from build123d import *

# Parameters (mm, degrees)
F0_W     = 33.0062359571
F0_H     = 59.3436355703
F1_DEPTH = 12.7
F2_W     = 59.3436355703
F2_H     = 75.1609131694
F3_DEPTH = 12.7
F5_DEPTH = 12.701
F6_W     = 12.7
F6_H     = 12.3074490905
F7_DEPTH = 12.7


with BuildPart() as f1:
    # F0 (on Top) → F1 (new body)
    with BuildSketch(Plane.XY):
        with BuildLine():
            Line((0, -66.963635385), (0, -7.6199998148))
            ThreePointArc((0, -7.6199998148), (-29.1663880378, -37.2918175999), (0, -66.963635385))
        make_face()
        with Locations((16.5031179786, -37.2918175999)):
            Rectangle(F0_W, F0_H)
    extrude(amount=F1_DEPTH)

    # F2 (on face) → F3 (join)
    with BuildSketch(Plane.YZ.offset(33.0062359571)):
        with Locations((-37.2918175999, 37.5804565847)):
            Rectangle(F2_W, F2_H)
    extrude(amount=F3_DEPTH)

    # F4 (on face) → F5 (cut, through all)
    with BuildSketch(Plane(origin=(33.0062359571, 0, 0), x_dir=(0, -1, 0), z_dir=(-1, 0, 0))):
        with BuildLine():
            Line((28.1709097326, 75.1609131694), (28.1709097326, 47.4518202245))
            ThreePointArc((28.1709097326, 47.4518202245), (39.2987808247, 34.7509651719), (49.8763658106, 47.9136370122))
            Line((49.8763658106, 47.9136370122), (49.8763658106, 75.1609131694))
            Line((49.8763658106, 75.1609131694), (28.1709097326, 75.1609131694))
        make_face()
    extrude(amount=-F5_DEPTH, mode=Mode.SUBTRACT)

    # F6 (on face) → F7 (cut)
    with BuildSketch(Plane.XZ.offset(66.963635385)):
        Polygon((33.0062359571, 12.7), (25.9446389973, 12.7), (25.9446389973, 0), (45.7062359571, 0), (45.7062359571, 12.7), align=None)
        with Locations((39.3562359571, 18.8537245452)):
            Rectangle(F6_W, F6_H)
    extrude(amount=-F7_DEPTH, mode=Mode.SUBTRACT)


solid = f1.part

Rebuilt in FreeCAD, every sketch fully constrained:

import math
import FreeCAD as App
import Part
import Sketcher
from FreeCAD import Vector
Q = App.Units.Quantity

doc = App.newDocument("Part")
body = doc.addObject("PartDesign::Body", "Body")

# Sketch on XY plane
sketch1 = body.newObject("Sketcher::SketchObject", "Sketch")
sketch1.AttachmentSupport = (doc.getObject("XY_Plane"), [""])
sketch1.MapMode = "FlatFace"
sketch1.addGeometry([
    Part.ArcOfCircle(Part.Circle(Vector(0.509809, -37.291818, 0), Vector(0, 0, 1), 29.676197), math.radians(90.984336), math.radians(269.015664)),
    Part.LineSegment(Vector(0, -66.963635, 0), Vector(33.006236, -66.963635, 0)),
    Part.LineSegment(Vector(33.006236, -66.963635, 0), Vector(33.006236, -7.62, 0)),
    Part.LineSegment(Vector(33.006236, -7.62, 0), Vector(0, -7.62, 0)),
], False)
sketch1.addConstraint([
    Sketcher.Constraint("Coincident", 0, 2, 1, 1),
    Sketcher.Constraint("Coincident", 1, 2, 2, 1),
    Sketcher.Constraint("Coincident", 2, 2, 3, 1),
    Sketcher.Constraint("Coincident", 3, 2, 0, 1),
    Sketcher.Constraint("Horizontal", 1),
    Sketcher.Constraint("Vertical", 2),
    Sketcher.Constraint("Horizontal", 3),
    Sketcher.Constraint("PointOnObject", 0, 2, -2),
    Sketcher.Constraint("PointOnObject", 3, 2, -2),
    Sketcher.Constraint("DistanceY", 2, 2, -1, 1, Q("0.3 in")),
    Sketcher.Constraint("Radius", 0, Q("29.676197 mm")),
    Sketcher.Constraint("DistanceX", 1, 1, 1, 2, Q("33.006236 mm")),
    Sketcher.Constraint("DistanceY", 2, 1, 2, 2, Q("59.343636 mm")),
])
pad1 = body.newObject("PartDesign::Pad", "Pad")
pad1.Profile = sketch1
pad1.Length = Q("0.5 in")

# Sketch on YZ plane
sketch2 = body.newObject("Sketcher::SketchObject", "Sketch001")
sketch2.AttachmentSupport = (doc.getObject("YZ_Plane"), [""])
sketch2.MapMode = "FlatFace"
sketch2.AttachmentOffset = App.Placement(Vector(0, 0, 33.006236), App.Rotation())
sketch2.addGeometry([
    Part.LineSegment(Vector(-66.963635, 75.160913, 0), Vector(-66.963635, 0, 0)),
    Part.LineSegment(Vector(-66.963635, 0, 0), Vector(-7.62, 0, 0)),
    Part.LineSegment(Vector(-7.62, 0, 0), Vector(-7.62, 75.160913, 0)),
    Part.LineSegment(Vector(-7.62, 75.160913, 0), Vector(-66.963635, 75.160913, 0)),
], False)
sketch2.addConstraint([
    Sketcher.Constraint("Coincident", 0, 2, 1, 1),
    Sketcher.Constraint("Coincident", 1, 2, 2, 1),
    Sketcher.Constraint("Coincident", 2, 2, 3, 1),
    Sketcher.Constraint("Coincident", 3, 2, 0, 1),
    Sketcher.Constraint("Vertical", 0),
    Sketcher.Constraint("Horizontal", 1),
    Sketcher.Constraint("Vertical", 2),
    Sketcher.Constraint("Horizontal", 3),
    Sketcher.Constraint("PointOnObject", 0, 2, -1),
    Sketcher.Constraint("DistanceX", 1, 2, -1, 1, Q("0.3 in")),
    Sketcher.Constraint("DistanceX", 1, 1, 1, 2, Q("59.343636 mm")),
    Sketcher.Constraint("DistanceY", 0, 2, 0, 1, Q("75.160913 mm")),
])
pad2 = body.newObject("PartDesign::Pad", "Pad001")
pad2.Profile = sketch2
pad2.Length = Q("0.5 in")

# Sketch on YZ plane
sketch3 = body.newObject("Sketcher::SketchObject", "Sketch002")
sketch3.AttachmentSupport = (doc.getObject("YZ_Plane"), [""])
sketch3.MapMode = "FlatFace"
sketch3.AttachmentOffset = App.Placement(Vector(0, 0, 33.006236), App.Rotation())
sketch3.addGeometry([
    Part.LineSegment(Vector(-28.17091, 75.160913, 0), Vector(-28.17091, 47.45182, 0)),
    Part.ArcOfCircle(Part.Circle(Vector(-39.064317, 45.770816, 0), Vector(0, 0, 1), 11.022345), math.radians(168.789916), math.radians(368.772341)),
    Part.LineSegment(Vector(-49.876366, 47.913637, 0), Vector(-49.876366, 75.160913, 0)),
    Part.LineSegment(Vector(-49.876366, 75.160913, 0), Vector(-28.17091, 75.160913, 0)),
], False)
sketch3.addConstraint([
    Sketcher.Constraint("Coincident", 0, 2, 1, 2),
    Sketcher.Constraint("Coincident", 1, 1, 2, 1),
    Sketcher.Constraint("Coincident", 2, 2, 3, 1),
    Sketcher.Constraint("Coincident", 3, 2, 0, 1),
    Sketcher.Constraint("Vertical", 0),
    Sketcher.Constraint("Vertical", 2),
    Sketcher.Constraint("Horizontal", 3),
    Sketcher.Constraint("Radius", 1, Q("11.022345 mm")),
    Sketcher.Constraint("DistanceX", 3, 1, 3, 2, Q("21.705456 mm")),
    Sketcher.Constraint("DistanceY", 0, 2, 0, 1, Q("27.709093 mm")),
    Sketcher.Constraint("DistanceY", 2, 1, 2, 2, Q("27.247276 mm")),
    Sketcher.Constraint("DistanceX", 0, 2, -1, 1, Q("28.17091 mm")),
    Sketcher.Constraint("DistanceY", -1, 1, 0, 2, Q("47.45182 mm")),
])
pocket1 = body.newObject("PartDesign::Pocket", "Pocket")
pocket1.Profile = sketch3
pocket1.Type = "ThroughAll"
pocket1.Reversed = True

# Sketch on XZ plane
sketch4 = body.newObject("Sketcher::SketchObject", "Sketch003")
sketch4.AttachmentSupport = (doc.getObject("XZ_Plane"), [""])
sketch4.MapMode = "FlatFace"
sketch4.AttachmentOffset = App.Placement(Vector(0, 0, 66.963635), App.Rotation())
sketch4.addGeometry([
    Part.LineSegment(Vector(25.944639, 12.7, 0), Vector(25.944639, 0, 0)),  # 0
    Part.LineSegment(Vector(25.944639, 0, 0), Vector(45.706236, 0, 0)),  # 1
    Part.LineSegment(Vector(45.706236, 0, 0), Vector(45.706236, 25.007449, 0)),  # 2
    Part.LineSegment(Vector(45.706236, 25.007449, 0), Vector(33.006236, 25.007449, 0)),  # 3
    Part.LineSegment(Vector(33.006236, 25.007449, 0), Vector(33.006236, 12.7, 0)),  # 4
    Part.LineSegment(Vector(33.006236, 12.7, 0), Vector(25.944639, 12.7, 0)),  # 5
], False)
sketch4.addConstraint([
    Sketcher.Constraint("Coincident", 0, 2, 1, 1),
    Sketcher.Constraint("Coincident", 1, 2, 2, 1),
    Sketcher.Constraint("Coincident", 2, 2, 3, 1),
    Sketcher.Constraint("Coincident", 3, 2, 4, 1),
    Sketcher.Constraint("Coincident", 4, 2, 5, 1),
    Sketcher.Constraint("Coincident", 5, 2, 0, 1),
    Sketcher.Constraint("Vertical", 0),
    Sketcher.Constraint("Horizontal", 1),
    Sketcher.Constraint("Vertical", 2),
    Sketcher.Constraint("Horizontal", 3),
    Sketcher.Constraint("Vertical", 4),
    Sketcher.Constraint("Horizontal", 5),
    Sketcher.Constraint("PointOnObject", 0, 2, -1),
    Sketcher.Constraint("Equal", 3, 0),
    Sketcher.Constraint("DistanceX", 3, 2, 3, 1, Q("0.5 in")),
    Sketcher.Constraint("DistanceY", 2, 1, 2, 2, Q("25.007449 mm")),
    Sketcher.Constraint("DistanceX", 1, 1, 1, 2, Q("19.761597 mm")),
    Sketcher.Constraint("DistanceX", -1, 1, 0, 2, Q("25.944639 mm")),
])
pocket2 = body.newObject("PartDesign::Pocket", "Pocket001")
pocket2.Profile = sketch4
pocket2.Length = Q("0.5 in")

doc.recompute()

——————————

The lines above, starting at the one with "# F4 (on face) → F5 (cut, through all)" and ending at the one with "extrude(amount=-F5_DEPTH, mode=Mode.SUBTRACT)", are the only ones to return, exactly as written.

    # F4 (on face) → F5 (cut, through all)
    with BuildSketch(Plane(origin=(33.0062359571, 0, 0), x_dir=(0, -1, 0), z_dir=(-1, 0, 0))):
        with BuildLine():
            Line((28.1709097326, 75.1609131694), (28.1709097326, 47.4518202245))
            ThreePointArc((28.1709097326, 47.4518202245), (39.2987808247, 34.7509651719), (49.8763658106, 47.9136370122))
            Line((49.8763658106, 47.9136370122), (49.8763658106, 75.1609131694))
            Line((49.8763658106, 75.1609131694), (28.1709097326, 75.1609131694))
        make_face()
    extrude(amount=-F5_DEPTH, mode=Mode.SUBTRACT)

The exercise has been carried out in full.